Iraklis - 1 year ago 141

Java Question

I am following the tutorial on youtube of the indian guy about the hungarian problem. I stack in the point where he decides which rows and columns are going to be selected for the next step. His example do not have the problem I am facing. Here is the table of my example

`2 1 0 0 0 3`

2 0 4 5 2 7

0 7 0 0 0 5

3 2 3 1 2 0

0 0 6 3 3 5

3 4 5 2 0 3

So let's start the rows and columns selection step by step.
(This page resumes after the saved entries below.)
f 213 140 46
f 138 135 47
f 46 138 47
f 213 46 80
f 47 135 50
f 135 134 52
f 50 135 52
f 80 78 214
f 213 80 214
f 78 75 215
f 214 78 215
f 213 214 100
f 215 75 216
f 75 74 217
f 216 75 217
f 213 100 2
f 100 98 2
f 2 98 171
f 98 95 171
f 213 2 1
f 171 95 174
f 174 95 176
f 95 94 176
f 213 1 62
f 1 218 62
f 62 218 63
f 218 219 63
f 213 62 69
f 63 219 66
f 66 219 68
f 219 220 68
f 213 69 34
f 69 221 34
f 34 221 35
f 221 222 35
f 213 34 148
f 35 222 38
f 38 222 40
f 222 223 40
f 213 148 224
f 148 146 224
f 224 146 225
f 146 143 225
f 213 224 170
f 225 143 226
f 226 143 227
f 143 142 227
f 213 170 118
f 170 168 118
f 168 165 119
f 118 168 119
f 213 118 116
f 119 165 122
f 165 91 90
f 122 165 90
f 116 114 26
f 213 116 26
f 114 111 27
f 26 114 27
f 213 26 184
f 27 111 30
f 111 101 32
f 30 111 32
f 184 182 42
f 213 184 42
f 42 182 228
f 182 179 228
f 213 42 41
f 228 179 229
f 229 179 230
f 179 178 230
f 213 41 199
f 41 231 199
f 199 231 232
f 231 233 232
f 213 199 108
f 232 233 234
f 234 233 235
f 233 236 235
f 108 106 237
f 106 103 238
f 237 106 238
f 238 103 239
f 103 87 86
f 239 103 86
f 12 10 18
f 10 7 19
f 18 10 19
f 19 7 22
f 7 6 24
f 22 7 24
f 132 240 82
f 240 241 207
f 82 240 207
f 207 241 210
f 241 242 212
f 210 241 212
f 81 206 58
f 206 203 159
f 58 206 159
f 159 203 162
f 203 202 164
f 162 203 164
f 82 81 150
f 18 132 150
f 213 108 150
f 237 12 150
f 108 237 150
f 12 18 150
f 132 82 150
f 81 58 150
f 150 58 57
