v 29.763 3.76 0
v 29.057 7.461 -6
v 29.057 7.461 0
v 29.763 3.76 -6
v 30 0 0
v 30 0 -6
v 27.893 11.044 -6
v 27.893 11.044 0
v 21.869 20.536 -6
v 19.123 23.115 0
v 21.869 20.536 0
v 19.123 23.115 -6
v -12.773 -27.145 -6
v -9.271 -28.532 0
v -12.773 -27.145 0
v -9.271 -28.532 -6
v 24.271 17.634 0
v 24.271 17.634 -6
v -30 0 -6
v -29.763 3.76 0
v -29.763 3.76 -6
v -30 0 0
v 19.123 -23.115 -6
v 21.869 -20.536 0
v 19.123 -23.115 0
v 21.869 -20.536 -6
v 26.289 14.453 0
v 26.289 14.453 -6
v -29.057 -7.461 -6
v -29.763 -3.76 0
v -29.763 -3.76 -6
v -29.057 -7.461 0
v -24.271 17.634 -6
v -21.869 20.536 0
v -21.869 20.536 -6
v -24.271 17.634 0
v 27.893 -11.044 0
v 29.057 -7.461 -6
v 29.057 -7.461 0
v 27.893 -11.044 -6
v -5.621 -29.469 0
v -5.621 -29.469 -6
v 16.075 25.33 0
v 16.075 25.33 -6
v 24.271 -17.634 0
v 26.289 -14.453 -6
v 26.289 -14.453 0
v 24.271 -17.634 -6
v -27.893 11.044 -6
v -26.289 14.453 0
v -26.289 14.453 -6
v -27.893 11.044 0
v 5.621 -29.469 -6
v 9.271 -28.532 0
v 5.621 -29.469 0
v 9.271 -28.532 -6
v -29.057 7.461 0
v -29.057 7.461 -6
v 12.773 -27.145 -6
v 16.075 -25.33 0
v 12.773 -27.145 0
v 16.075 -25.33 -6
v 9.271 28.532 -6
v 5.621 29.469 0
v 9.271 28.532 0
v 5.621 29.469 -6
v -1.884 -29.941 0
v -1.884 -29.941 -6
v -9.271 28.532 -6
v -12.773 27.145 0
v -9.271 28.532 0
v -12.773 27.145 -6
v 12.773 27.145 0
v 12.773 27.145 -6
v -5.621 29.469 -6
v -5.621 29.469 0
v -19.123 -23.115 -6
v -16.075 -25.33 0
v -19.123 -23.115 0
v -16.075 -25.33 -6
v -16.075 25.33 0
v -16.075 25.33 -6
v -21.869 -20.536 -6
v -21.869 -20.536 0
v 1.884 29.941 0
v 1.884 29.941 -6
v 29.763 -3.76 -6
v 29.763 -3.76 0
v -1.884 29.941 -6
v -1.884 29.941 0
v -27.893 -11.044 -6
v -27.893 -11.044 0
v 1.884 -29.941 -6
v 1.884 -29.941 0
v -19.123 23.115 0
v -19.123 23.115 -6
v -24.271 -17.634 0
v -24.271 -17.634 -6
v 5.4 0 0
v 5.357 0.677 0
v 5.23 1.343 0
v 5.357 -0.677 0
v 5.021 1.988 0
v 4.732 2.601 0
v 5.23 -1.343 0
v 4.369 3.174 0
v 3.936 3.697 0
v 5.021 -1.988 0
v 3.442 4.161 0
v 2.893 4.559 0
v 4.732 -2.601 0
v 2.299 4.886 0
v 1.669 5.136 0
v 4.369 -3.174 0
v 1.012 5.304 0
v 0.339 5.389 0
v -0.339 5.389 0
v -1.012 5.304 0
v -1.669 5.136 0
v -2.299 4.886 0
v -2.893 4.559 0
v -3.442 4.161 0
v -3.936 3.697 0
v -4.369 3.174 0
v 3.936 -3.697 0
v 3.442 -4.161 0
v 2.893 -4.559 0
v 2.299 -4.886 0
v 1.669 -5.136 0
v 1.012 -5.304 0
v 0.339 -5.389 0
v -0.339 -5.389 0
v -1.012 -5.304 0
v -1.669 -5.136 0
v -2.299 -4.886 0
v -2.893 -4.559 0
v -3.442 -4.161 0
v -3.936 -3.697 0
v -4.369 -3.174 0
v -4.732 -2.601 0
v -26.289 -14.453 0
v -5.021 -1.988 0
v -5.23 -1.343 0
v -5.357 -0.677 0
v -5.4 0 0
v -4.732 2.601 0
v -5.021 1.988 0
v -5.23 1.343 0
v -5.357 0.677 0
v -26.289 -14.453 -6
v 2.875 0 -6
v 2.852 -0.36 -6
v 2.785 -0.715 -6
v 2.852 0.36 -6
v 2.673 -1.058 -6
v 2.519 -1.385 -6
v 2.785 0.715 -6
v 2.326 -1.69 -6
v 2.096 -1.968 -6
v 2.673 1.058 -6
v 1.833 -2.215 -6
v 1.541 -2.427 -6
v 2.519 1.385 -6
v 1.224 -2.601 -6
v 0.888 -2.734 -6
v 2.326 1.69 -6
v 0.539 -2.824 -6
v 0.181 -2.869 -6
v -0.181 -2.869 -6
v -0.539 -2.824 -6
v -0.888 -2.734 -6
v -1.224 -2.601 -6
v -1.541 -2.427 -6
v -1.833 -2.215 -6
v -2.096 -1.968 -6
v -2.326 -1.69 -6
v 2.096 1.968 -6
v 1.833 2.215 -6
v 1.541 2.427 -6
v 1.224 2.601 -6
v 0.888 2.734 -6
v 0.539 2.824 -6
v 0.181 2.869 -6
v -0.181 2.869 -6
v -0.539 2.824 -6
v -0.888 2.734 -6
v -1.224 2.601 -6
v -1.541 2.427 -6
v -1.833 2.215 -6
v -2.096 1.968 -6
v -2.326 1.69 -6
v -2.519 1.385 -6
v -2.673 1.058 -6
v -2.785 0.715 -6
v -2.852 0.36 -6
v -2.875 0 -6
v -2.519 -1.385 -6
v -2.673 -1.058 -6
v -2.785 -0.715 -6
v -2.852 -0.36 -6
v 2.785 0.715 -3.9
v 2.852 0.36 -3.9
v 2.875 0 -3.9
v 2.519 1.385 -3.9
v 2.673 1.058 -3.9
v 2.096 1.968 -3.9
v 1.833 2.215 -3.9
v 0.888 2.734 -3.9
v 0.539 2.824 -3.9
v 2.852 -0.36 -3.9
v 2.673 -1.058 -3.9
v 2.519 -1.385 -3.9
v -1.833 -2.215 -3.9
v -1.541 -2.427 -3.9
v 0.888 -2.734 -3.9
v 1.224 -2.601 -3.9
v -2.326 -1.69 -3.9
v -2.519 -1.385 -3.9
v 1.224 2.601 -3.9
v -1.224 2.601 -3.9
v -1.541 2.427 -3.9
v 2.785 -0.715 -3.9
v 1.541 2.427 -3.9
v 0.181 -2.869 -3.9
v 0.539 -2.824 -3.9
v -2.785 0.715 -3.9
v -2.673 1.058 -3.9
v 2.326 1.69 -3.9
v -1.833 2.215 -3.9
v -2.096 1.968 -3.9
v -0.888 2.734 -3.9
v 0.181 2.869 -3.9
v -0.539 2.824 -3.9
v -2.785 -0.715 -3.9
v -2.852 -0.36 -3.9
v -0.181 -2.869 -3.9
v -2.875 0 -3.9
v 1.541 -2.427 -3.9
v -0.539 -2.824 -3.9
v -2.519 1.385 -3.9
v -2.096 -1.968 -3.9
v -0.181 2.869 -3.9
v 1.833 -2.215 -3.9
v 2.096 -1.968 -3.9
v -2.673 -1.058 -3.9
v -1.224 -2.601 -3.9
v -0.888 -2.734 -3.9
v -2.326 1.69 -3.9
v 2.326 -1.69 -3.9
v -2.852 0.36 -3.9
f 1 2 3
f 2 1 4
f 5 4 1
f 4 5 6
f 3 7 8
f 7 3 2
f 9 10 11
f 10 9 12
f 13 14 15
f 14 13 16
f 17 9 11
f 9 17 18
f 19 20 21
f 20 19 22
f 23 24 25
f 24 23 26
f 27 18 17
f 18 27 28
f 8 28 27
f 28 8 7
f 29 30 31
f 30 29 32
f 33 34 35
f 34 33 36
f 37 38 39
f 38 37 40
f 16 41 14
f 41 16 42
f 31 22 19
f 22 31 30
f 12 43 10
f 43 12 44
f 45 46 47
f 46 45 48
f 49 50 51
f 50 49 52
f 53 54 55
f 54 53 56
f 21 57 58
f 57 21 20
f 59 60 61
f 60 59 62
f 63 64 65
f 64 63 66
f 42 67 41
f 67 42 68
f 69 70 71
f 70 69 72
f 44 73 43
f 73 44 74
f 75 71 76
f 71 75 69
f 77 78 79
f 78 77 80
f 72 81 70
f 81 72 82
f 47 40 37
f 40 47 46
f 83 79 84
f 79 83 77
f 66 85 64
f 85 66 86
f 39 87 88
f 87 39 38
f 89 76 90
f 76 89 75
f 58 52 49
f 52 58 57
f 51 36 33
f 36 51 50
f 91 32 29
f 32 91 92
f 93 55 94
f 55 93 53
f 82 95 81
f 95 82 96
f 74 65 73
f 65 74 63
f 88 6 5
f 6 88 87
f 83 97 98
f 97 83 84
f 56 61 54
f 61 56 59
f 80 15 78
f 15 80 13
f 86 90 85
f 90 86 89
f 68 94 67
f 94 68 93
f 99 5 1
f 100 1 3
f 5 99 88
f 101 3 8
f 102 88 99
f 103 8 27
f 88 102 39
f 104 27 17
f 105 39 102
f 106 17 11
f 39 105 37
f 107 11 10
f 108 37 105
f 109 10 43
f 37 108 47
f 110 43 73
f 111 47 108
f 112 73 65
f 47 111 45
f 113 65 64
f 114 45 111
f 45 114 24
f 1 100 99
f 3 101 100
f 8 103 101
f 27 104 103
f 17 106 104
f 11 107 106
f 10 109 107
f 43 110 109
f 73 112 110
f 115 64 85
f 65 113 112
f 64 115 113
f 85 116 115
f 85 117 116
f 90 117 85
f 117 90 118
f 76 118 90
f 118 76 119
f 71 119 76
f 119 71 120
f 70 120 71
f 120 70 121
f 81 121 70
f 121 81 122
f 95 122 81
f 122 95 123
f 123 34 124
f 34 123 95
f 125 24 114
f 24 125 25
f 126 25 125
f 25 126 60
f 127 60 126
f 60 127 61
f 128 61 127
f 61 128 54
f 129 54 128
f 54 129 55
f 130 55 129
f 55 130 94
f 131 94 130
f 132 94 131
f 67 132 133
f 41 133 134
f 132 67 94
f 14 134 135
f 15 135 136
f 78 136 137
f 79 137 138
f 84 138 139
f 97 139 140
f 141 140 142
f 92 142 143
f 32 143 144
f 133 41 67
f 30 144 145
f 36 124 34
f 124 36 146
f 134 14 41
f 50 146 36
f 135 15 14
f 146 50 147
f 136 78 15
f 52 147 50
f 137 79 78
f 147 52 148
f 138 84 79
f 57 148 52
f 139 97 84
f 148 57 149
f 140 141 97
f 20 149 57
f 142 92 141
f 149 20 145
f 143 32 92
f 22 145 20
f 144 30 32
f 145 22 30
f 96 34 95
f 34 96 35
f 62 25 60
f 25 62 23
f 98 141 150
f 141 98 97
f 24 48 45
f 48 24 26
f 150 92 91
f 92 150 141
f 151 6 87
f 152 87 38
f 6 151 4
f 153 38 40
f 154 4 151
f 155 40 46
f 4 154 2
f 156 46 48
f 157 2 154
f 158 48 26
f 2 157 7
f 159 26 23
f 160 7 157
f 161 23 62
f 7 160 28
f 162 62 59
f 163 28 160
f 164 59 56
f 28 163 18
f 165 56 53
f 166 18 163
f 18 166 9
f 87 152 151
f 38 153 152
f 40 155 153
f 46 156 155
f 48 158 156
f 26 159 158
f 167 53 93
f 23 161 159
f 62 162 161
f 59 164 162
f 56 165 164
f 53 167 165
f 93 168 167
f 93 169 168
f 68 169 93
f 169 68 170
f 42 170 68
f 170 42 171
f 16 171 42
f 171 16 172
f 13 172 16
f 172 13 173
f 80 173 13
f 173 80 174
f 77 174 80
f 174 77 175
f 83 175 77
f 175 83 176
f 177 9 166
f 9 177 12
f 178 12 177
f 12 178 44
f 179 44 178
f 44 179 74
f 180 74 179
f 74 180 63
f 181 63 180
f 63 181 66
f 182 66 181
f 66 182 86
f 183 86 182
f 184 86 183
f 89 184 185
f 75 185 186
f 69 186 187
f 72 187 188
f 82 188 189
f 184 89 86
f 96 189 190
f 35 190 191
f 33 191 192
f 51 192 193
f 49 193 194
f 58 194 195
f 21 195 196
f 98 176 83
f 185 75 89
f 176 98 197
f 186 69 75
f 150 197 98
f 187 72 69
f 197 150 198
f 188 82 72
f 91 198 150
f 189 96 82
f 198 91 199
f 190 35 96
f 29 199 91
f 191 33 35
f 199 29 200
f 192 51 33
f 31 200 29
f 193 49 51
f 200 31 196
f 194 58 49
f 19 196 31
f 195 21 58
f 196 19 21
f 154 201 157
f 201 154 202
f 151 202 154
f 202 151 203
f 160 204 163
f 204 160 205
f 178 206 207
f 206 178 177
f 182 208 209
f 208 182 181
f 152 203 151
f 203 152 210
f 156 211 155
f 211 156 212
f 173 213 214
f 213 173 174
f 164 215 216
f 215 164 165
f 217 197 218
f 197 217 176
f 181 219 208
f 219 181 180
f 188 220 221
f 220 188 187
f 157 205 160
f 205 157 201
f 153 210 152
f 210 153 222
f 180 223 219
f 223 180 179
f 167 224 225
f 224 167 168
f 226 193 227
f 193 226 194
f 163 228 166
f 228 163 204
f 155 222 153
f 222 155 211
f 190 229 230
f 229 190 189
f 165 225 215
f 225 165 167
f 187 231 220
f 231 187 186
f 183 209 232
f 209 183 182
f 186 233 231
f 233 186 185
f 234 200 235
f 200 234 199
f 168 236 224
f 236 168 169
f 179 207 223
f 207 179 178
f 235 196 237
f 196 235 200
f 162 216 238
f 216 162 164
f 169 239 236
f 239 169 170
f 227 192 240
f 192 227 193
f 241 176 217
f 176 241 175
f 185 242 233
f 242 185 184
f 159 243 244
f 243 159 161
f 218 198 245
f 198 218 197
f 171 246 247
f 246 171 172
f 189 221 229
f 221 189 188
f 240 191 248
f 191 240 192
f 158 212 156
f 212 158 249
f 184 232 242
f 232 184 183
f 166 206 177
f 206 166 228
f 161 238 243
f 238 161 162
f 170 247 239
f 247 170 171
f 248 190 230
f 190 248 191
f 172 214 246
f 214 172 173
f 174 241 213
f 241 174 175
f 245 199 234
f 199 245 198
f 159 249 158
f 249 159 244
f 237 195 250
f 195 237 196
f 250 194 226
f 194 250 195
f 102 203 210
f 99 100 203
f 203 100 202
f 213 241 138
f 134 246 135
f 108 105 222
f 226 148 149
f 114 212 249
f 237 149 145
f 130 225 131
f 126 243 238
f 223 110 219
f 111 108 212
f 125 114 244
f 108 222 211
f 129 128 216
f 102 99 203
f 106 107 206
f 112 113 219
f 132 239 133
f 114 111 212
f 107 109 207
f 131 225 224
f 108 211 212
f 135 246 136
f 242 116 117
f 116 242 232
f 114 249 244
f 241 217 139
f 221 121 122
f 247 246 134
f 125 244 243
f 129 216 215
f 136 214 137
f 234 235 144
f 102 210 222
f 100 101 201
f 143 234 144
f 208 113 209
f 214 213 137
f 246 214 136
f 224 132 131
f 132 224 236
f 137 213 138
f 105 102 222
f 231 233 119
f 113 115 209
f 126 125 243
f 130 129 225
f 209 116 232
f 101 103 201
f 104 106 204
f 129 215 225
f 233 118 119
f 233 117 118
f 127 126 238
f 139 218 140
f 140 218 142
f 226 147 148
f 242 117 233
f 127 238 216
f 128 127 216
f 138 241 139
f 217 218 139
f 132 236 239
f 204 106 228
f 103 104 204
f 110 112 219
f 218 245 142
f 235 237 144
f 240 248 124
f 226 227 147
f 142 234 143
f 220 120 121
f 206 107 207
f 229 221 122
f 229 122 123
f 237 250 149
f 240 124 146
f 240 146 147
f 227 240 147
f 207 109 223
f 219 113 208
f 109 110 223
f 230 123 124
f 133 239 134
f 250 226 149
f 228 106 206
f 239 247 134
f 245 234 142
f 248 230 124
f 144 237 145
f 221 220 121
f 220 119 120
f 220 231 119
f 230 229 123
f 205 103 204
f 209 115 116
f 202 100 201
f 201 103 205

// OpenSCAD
$fn = 50;


difference() {
	union() {
		translate(v = [0, 0, -6.0000000000]) {
			cylinder(h = 6, r = 30.0000000000);
		}
		#translate(v = [0, 0, -9.0000000000]) {
			cylinder(h = 9, r = 2.8750000000);
		}
	}
	union() {
		translate(v = [0, 0, 0]) {
			rotate(a = [0, 0, 0]) {
				difference() {
					union() {
						translate(v = [0, 0, -9.0000000000]) {
							cylinder(h = 9, r = 2.6000000000);
						}
						translate(v = [0, 0, -3.9000000000]) {
							cylinder(h = 3.9000000000, r1 = 2.8750000000, r2 = 5.4000000000);
						}
						translate(v = [0, 0, -9.0000000000]) {
							cylinder(h = 9, r = 2.8750000000);
						}
						translate(v = [0, 0, -9.0000000000]) {
							cylinder(h = 9, r = 2.6000000000);
						}
					}
					union();
				}
			}
		}
	}
}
- first row contains >1 zeros => go to next row
- select (2,1) zero and add (5,1) to suspended zeros
- third ow contains >1 zeros => go to next row
- select (4,6) zero
- select (5,1) zero and add (3,1) to suspended zeros
- select (6,5) zero and add (3,5), (1,5) to suspended zeros

Now, the zeros that are left are (1,3), (1,4), (3,3), (3,4)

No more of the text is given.